After arriving in Colombia to work on the Pablo Escobar case more than a year earlier, I had a lot of enemies. The world’s most wanted criminal knew my name and the name of my partner, Javier Peña. We knew this because Colombian intelligence had intercepted the drug lord speaking on the phone to one of his thugs and talking about the “two gringos” at the Carlos Holguín base in Medellín. During one conversation, he even referred to “Peña and Murphy.”
So when the three men approached the driver’s-side door of our vehicle and began yelling in Spanish for us to get out of the car, I worried this was no ordinary case of road rage. This was a trap, and we were outnumbered. Besides that, I had the person I loved most in the world sitting right next to me. I needed to protect Connie no matter what happened to me.

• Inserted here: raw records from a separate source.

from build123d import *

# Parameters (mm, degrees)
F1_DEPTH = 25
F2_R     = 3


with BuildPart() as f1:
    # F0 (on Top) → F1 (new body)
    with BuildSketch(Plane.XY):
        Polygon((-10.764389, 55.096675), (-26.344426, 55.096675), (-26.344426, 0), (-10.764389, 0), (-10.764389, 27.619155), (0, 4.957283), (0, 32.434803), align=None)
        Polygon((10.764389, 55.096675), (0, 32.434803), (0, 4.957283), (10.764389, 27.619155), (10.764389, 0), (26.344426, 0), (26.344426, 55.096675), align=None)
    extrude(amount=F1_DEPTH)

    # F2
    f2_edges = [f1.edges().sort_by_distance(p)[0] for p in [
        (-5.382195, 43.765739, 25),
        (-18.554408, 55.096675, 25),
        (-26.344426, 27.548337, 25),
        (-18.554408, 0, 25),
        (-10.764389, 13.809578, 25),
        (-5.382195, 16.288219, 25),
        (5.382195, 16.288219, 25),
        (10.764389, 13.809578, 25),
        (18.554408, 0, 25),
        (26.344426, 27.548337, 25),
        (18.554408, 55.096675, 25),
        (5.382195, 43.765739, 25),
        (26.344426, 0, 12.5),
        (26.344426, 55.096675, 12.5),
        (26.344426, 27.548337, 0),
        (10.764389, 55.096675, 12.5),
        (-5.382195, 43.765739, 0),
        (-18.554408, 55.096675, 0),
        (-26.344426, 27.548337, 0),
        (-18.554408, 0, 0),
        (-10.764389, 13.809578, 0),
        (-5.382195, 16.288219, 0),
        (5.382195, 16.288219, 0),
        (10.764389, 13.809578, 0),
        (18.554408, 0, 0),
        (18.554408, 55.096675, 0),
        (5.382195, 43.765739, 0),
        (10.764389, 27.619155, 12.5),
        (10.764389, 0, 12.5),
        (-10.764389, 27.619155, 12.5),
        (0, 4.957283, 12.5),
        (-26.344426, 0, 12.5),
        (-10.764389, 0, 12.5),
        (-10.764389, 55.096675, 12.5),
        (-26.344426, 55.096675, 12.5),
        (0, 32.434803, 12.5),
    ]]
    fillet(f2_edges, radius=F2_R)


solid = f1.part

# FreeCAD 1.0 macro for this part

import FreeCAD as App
import Part
import Sketcher

V = App.Vector

doc = App.newDocument("Part")
body = doc.addObject("PartDesign::Body", "Body")

# Sketch on XY plane
sketch1 = body.newObject("Sketcher::SketchObject", "Sketch")
sketch1.AttachmentSupport = (doc.getObject("XY_Plane"), [""])
sketch1.MapMode = "FlatFace"
sketch1.addGeometry(Part.LineSegment(V(-11, 55, 0), V(-26, 55, 0)), False)
sketch1.addGeometry(Part.LineSegment(V(-26, 55, 0), V(-26, 0, 0)), False)
sketch1.addGeometry(Part.LineSegment(V(-26, 0, 0), V(-11, 0, 0)), False)
sketch1.addGeometry(Part.LineSegment(V(-11, 0, 0), V(-11, 28, 0)), False)
sketch1.addGeometry(Part.LineSegment(V(-11, 28, 0), V(0, 5, 0)), False)
sketch1.addGeometry(Part.LineSegment(V(0, 5, 0), V(11, 28, 0)), False)
sketch1.addGeometry(Part.LineSegment(V(11, 28, 0), V(11, 0, 0)), False)
sketch1.addGeometry(Part.LineSegment(V(11, 0, 0), V(26, 0, 0)), False)
sketch1.addGeometry(Part.LineSegment(V(26, 0, 0), V(26, 55, 0)), False)
sketch1.addGeometry(Part.LineSegment(V(26, 55, 0), V(11, 55, 0)), False)
sketch1.addGeometry(Part.LineSegment(V(11, 55, 0), V(0, 32, 0)), False)
sketch1.addGeometry(Part.LineSegment(V(0, 32, 0), V(-11, 55, 0)), False)
sketch1.addConstraint(Sketcher.Constraint("Coincident", 0, 2, 1, 1))
sketch1.addConstraint(Sketcher.Constraint("Coincident", 1, 2, 2, 1))
sketch1.addConstraint(Sketcher.Constraint("Coincident", 2, 2, 3, 1))
sketch1.addConstraint(Sketcher.Constraint("Coincident", 3, 2, 4, 1))
sketch1.addConstraint(Sketcher.Constraint("Coincident", 4, 2, 5, 1))
sketch1.addConstraint(Sketcher.Constraint("Coincident", 5, 2, 6, 1))
sketch1.addConstraint(Sketcher.Constraint("Coincident", 6, 2, 7, 1))
sketch1.addConstraint(Sketcher.Constraint("Coincident", 7, 2, 8, 1))
sketch1.addConstraint(Sketcher.Constraint("Coincident", 8, 2, 9, 1))
sketch1.addConstraint(Sketcher.Constraint("Coincident", 9, 2, 10, 1))
sketch1.addConstraint(Sketcher.Constraint("Coincident", 10, 2, 11, 1))
sketch1.addConstraint(Sketcher.Constraint("Coincident", 11, 2, 0, 1))
sketch1.addConstraint(Sketcher.Constraint("Horizontal", 0))
sketch1.addConstraint(Sketcher.Constraint("Vertical", 1))
sketch1.addConstraint(Sketcher.Constraint("Horizontal", 2))
sketch1.addConstraint(Sketcher.Constraint("Vertical", 3))
sketch1.addConstraint(Sketcher.Constraint("Vertical", 6))
sketch1.addConstraint(Sketcher.Constraint("Horizontal", 7))
sketch1.addConstraint(Sketcher.Constraint("Vertical", 8))
sketch1.addConstraint(Sketcher.Constraint("Horizontal", 9))
sketch1.addConstraint(Sketcher.Constraint("Symmetric", 2, 2, 6, 2, -1, 1))
sketch1.addConstraint(Sketcher.Constraint("Symmetric", 1, 2, 7, 2, -2))
sketch1.addConstraint(Sketcher.Constraint("Symmetric", 9, 2, 11, 2, -2))
sketch1.addConstraint(Sketcher.Constraint("PointOnObject", 4, 2, -2))
sketch1.addConstraint(Sketcher.Constraint("PointOnObject", 10, 2, -2))
sketch1.addConstraint(Sketcher.Constraint("Parallel", 5, 10))
sketch1.addConstraint(Sketcher.Constraint("Parallel", 4, 11))
sketch1.addConstraint(Sketcher.Constraint("Vertical", 6, 2, 9, 2))
sketch1.addConstraint(Sketcher.Constraint("DistanceX", 0, 2, 0, 1, 15.580037))
sketch1.addConstraint(Sketcher.Constraint("DistanceY", 1, 2, 1, 1, 55.096675))
sketch1.addConstraint(Sketcher.Constraint("DistanceY", 3, 1, 3, 2, 27.619155))
sketch1.addConstraint(Sketcher.Constraint("DistanceX", 2, 2, -1, 1, 10.764389))
sketch1.addConstraint(Sketcher.Constraint("DistanceY", 4, 2, 3, 2, 22.661872))
pad1 = body.newObject("PartDesign::Pad", "Pad")
pad1.Profile = sketch1
pad1.Length = 25
doc.recompute()

fillet = body.newObject("PartDesign::Fillet", "Fillet")
fillet.Base = (pad1, ["Edge1"])
fillet.UseAllEdges = True
fillet.Radius = 3

doc.recompute()
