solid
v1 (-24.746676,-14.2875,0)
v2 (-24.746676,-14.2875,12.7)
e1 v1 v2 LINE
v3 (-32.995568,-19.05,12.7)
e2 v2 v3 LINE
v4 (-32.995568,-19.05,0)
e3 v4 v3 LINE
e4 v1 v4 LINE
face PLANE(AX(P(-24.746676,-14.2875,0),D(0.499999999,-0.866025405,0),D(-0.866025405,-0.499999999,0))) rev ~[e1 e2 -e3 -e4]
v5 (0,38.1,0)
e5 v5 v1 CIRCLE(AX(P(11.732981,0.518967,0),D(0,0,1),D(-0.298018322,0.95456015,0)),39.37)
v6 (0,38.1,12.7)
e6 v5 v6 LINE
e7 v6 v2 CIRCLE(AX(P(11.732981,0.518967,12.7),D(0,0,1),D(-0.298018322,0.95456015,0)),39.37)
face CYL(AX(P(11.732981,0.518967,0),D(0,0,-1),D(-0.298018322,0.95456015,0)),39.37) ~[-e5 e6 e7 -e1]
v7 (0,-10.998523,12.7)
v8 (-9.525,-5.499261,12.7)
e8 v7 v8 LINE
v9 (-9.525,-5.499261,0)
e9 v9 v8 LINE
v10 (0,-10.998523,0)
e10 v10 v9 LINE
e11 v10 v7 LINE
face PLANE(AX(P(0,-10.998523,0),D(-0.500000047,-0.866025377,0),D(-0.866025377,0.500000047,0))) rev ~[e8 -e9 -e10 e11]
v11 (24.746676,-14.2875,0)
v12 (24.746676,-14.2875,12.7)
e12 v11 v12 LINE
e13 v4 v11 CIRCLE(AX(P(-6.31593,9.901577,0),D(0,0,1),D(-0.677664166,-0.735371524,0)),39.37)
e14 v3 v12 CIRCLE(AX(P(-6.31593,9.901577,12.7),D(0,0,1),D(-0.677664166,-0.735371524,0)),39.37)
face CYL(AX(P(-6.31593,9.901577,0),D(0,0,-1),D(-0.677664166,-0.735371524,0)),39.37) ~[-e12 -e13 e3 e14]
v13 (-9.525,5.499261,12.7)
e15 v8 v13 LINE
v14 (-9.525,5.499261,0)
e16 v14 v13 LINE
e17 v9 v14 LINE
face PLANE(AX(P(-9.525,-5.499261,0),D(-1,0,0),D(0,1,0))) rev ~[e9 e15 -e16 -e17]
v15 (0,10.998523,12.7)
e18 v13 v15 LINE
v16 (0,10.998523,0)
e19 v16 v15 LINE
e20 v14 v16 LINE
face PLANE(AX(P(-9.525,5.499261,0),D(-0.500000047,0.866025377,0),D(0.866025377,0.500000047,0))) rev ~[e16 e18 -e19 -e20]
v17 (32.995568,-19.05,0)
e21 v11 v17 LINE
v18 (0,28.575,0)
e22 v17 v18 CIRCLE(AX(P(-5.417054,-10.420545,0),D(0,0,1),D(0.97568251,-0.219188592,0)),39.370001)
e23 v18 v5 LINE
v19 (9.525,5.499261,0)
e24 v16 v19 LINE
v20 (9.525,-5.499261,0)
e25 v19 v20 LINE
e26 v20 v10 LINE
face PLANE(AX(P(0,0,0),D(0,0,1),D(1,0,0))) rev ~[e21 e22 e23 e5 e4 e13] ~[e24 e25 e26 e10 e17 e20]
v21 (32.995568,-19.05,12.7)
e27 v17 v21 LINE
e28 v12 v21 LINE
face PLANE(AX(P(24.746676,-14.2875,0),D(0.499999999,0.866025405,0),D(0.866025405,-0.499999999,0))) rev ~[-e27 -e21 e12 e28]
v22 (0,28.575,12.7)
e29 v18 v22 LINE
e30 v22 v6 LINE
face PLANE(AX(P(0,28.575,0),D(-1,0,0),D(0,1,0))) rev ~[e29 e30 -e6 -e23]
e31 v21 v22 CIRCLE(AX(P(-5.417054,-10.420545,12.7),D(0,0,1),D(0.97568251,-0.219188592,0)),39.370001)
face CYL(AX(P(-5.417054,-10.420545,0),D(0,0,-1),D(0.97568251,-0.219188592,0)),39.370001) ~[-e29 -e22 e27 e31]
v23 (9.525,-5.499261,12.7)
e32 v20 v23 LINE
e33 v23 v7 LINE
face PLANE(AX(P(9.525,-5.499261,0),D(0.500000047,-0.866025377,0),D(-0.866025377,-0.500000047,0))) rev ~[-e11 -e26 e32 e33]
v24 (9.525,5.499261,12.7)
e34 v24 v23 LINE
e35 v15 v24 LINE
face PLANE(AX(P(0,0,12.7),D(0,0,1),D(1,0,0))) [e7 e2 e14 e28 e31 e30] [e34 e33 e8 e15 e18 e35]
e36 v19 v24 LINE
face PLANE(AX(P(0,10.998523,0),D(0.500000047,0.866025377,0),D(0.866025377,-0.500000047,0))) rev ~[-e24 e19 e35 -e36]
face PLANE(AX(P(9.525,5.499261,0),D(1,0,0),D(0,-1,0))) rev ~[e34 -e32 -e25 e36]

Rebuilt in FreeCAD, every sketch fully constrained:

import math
import FreeCAD as App
import Part
import Sketcher
from FreeCAD import Vector
Q = App.Units.Quantity


def add_polygon(sketch, points):
    """Adds a closed chain of lines whose ends are joined by coincident constraints."""
    first, n = sketch.GeometryCount, len(points)
    for a, b in zip(points, points[1:] + points[:1]):
        sketch.addGeometry(Part.LineSegment(App.Vector(*a, 0), App.Vector(*b, 0)), False)
    for i in range(n):
        sketch.addConstraint(Sketcher.Constraint("Coincident", first + i, 2, first + (i + 1) % n, 1))

doc = App.newDocument("Part")
body = doc.addObject("PartDesign::Body", "Body")

# Sketch on XY plane
sketch1 = doc.addObject("Sketcher::SketchObject", "Sketch")
body.addObject(sketch1)
sketch1.AttachmentSupport = (doc.XY_Plane, [""])
sketch1.MapMode = "FlatFace"
sketch1.addGeometry(Part.LineSegment(Vector(0, 29, 0), Vector(0, 38, 0)), False)  # 0
sketch1.addGeometry(Part.ArcOfCircle(Part.Circle(Vector(12, 1, 0), Vector(0, 0, 1), 39), math.radians(107), math.radians(202)), False)  # 1
sketch1.addGeometry(Part.LineSegment(Vector(-25, -14, 0), Vector(-33, -19, 0)), False)  # 2
sketch1.addGeometry(Part.ArcOfCircle(Part.Circle(Vector(-6, 10, 0), Vector(0, 0, 1), 39), math.radians(-133), math.radians(-38)), False)  # 3
sketch1.addGeometry(Part.LineSegment(Vector(25, -14, 0), Vector(33, -19, 0)), False)  # 4
sketch1.addGeometry(Part.ArcOfCircle(Part.Circle(Vector(-5, -10, 0), Vector(0, 0, 1), 39), math.radians(-13), math.radians(82)), False)  # 5
add_polygon(sketch1, [(-10, 5), (0, 11), (10, 5), (10, -5), (0, -11), (-10, -5)])  # lines 6-11
sketch1.addConstraint(Sketcher.Constraint("Coincident", 0, 2, 1, 1))
sketch1.addConstraint(Sketcher.Constraint("Coincident", 1, 2, 2, 1))
sketch1.addConstraint(Sketcher.Constraint("Coincident", 2, 2, 3, 1))
sketch1.addConstraint(Sketcher.Constraint("Coincident", 3, 2, 4, 1))
sketch1.addConstraint(Sketcher.Constraint("Coincident", 4, 2, 5, 1))
sketch1.addConstraint(Sketcher.Constraint("Coincident", 5, 2, 0, 1))
sketch1.addConstraint(Sketcher.Constraint("Vertical", 0))
sketch1.addConstraint(Sketcher.Constraint("Vertical", 8))
sketch1.addConstraint(Sketcher.Constraint("Vertical", 11))
sketch1.addConstraint(Sketcher.Constraint("Equal", 1, 3))
sketch1.addConstraint(Sketcher.Constraint("Equal", 3, 5))
sketch1.addConstraint(Sketcher.Constraint("Symmetric", 6, 2, 9, 2, -1, 1))
sketch1.addConstraint(Sketcher.Constraint("Symmetric", 7, 2, 10, 2, -1, 1))
sketch1.addConstraint(Sketcher.Constraint("Symmetric", 1, 2, 3, 2, -2))
sketch1.addConstraint(Sketcher.Constraint("Symmetric", 2, 2, 4, 2, -2))
sketch1.addConstraint(Sketcher.Constraint("PointOnObject", 0, 2, -2))
sketch1.addConstraint(Sketcher.Constraint("PointOnObject", 6, 2, -2))
sketch1.addConstraint(Sketcher.Constraint("Parallel", 2, 6))
sketch1.addConstraint(Sketcher.Constraint("Parallel", 4, 7))
sketch1.addConstraint(Sketcher.Constraint("Parallel", 6, 9))
sketch1.addConstraint(Sketcher.Constraint("Radius", 1, Q("1.55 in")))
sketch1.addConstraint(Sketcher.Constraint("Angle", 2, Q("-150 deg")))
sketch1.addConstraint(Sketcher.Constraint("DistanceY", -1, 1, 0, 2, Q("1.5 in")))
sketch1.addConstraint(Sketcher.Constraint("DistanceY", 0, 1, 0, 2, Q("0.375 in")))
sketch1.addConstraint(Sketcher.Constraint("DistanceY", 2, 2, -1, 1, Q("0.75 in")))
sketch1.addConstraint(Sketcher.Constraint("DistanceX", 10, 2, 8, 2, Q("0.75 in")))
sketch1.addConstraint(Sketcher.Constraint("Distance", 2, Q("0.375 in")))
sketch1.addConstraint(Sketcher.Constraint("DistanceY", 9, 2, 3, 3, Q("20.9001 mm")))
sketch1.addConstraint(Sketcher.Constraint("DistanceY", 8, 2, 8, 1, Q("10.998522 mm")))
pad1 = doc.addObject("PartDesign::Pad", "Pad")
body.addObject(pad1)
pad1.Profile = sketch1
pad1.Length = Q("0.5 in")

doc.recompute()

At first, I refused to open the door, and I flashed them my Colombian police identification badge, hoping it would scare them off. But they refused to budge, which is when I frantically tried to radio for backup from the embassy. Each embassy car was equipped with portable emergency radios so that we could call the Marines if we got into any trouble. I was hoping the Marines would simply dispatch a roving patrol and scare off the jokers who were holding us hostage inside the car.
But I called once. I called twice. I called three times. No one answered.
By this time, the three men were kicking at the tires and trying to open the doors. I looked over at Connie, who was trying to remain calm, but I could tell she was really scared. The truth is, so was I.
Shortly after trying to contact the embassy, the wife of a DEA agent called us from her portable radio to make sure we were all right. I told her where we were and asked her to radio for help immediately. A few minutes later, our DEA supervisor was on the radio. I told him to hurry and to bring the “margarita” with him—our code name for the mini Uzi that we kept in the office for just such occasions.
While we waited, helpless as the men continued to taunt us and kick in the doors of the car, my darling wife surprised me as she always did when we faced what seemed like impossible odds.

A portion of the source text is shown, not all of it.